(Collected data entries)

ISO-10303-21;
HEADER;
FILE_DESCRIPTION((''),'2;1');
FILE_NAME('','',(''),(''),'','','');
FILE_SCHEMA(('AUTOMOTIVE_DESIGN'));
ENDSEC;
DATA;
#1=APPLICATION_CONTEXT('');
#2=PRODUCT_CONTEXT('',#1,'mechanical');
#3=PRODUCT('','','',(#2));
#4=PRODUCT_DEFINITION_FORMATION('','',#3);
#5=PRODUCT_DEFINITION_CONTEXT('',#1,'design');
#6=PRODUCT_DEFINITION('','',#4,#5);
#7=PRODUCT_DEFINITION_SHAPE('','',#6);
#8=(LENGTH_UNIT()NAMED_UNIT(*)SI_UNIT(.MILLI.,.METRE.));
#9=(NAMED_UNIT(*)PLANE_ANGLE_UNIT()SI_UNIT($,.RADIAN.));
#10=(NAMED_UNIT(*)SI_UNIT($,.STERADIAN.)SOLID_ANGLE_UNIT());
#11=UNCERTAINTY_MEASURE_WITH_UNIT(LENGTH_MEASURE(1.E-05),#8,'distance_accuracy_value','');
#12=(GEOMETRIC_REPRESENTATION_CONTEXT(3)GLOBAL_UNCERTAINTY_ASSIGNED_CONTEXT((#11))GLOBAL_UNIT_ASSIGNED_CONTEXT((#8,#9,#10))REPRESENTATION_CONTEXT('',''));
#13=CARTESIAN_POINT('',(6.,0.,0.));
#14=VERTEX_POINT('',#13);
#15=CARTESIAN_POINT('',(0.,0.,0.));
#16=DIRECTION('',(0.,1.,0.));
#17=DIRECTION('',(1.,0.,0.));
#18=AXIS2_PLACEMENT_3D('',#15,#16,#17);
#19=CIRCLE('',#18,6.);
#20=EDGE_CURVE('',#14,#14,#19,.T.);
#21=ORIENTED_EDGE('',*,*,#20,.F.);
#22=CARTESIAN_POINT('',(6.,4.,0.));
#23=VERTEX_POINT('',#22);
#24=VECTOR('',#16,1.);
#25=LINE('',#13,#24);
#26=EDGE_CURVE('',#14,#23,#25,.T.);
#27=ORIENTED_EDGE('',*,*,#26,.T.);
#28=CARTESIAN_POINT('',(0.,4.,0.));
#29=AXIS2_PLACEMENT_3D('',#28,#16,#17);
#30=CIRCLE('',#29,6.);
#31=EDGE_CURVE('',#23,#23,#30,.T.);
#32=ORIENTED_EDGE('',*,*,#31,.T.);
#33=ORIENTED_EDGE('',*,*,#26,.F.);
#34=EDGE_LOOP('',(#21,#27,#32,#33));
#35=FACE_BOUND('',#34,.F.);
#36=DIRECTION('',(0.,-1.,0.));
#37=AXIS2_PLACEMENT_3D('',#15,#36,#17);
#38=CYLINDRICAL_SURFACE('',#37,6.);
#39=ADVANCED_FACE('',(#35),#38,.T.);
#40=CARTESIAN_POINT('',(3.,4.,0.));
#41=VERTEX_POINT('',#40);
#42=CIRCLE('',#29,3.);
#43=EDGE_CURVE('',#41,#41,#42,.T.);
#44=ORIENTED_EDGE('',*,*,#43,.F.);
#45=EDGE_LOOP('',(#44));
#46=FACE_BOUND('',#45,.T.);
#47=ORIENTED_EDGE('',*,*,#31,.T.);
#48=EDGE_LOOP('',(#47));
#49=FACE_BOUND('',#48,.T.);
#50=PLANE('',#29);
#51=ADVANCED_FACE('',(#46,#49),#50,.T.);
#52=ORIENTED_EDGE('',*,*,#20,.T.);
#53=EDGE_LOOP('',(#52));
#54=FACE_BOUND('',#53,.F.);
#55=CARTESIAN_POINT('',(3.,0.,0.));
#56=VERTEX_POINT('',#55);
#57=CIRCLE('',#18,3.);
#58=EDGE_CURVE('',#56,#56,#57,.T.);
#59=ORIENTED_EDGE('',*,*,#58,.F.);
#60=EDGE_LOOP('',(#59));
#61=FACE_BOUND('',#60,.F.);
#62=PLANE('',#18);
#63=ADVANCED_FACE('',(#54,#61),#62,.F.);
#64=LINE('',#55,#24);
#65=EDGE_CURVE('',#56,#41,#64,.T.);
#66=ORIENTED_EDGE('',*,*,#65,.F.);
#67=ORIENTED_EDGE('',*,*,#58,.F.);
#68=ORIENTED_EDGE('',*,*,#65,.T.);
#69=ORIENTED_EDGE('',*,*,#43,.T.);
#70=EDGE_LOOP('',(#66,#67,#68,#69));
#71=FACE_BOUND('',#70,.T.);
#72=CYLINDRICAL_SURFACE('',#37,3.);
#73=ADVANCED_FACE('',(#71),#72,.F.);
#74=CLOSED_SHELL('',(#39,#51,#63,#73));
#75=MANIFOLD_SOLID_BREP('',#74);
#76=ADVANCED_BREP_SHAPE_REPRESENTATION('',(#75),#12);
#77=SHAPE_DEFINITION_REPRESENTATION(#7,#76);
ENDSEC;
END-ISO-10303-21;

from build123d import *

# Parameters (mm, degrees)
SKETCH1_R           = 6
SKETCH1_R_2         = 3
BOSS_EXTRUDE1_DEPTH = 4


with BuildPart() as part:
    # Sketch1 → Boss-Extrude1 (new body)
    with BuildSketch(Plane(origin=(0, 0, 0), x_dir=(1, 0, 0), z_dir=(0, 1, 0))):
        Circle(SKETCH1_R)
        Circle(SKETCH1_R_2, mode=Mode.SUBTRACT)
    extrude(amount=BOSS_EXTRUDE1_DEPTH)


solid = part.part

- _Required work_:
Please transcribe every entry above exactly as it appears.

- _The answer_:
ISO-10303-21;
HEADER;
FILE_DESCRIPTION((''),'2;1');
FILE_NAME('','',(''),(''),'','','');
FILE_SCHEMA(('AUTOMOTIVE_DESIGN'));
ENDSEC;
DATA;
#1=APPLICATION_CONTEXT('');
#2=PRODUCT_CONTEXT('',#1,'mechanical');
#3=PRODUCT('','','',(#2));
#4=PRODUCT_DEFINITION_FORMATION('','',#3);
#5=PRODUCT_DEFINITION_CONTEXT('',#1,'design');
#6=PRODUCT_DEFINITION('','',#4,#5);
#7=PRODUCT_DEFINITION_SHAPE('','',#6);
#8=(LENGTH_UNIT()NAMED_UNIT(*)SI_UNIT(.MILLI.,.METRE.));
#9=(NAMED_UNIT(*)PLANE_ANGLE_UNIT()SI_UNIT($,.RADIAN.));
#10=(NAMED_UNIT(*)SI_UNIT($,.STERADIAN.)SOLID_ANGLE_UNIT());
#11=UNCERTAINTY_MEASURE_WITH_UNIT(LENGTH_MEASURE(1.E-05),#8,'distance_accuracy_value','');
#12=(GEOMETRIC_REPRESENTATION_CONTEXT(3)GLOBAL_UNCERTAINTY_ASSIGNED_CONTEXT((#11))GLOBAL_UNIT_ASSIGNED_CONTEXT((#8,#9,#10))REPRESENTATION_CONTEXT('',''));
#13=CARTESIAN_POINT('',(6.,0.,0.));
#14=VERTEX_POINT('',#13);
#15=CARTESIAN_POINT('',(0.,0.,0.));
#16=DIRECTION('',(0.,1.,0.));
#17=DIRECTION('',(1.,0.,0.));
#18=AXIS2_PLACEMENT_3D('',#15,#16,#17);
#19=CIRCLE('',#18,6.);
#20=EDGE_CURVE('',#14,#14,#19,.T.);
#21=ORIENTED_EDGE('',*,*,#20,.F.);
#22=CARTESIAN_POINT('',(6.,4.,0.));
#23=VERTEX_POINT('',#22);
#24=VECTOR('',#16,1.);
#25=LINE('',#13,#24);
#26=EDGE_CURVE('',#14,#23,#25,.T.);
#27=ORIENTED_EDGE('',*,*,#26,.T.);
#28=CARTESIAN_POINT('',(0.,4.,0.));
#29=AXIS2_PLACEMENT_3D('',#28,#16,#17);
#30=CIRCLE('',#29,6.);
#31=EDGE_CURVE('',#23,#23,#30,.T.);
#32=ORIENTED_EDGE('',*,*,#31,.T.);
#33=ORIENTED_EDGE('',*,*,#26,.F.);
#34=EDGE_LOOP('',(#21,#27,#32,#33));
#35=FACE_BOUND('',#34,.F.);
#36=DIRECTION('',(0.,-1.,0.));
#37=AXIS2_PLACEMENT_3D('',#15,#36,#17);
#38=CYLINDRICAL_SURFACE('',#37,6.);
#39=ADVANCED_FACE('',(#35),#38,.T.);
#40=CARTESIAN_POINT('',(3.,4.,0.));
#41=VERTEX_POINT('',#40);
#42=CIRCLE('',#29,3.);
#43=EDGE_CURVE('',#41,#41,#42,.T.);
#44=ORIENTED_EDGE('',*,*,#43,.F.);
#45=EDGE_LOOP('',(#44));
#46=FACE_BOUND('',#45,.T.);
#47=ORIENTED_EDGE('',*,*,#31,.T.);
#48=EDGE_LOOP('',(#47));
#49=FACE_BOUND('',#48,.T.);
#50=PLANE('',#29);
#51=ADVANCED_FACE('',(#46,#49),#50,.T.);
#52=ORIENTED_EDGE('',*,*,#20,.T.);
#53=EDGE_LOOP('',(#52));
#54=FACE_BOUND('',#53,.F.);
#55=CARTESIAN_POINT('',(3.,0.,0.));
#56=VERTEX_POINT('',#55);
#57=CIRCLE('',#18,3.);
#58=EDGE_CURVE('',#56,#56,#57,.T.);
#59=ORIENTED_EDGE('',*,*,#58,.F.);
#60=EDGE_LOOP('',(#59));
#61=FACE_BOUND('',#60,.F.);
#62=PLANE('',#18);
#63=ADVANCED_FACE('',(#54,#61),#62,.F.);
#64=LINE('',#55,#24);
#65=EDGE_CURVE('',#56,#41,#64,.T.);
#66=ORIENTED_EDGE('',*,*,#65,.F.);
#67=ORIENTED_EDGE('',*,*,#58,.F.);
#68=ORIENTED_EDGE('',*,*,#65,.T.);
#69=ORIENTED_EDGE('',*,*,#43,.T.);
#70=EDGE_LOOP('',(#66,#67,#68,#69));
#71=FACE_BOUND('',#70,.T.);
#72=CYLINDRICAL_SURFACE('',#37,3.);
#73=ADVANCED_FACE('',(#71),#72,.F.);
#74=CLOSED_SHELL('',(#39,#51,#63,#73));
#75=MANIFOLD_SOLID_BREP('',#74);
#76=ADVANCED_BREP_SHAPE_REPRESENTATION('',(#75),#12);
#77=SHAPE_DEFINITION_REPRESENTATION(#7,#76);
ENDSEC;
END-ISO-10303-21;

from build123d import *

# Parameters (mm, degrees)
SKETCH1_R           = 6
SKETCH1_R_2         = 3
BOSS_EXTRUDE1_DEPTH = 4


with BuildPart() as part:
    # Sketch1 → Boss-Extrude1 (new body)
    with BuildSketch(Plane(origin=(0, 0, 0), x_dir=(1, 0, 0), z_dir=(0, 1, 0))):
        Circle(SKETCH1_R)
        Circle(SKETCH1_R_2, mode=Mode.SUBTRACT)
    extrude(amount=BOSS_EXTRUDE1_DEPTH)


solid = part.part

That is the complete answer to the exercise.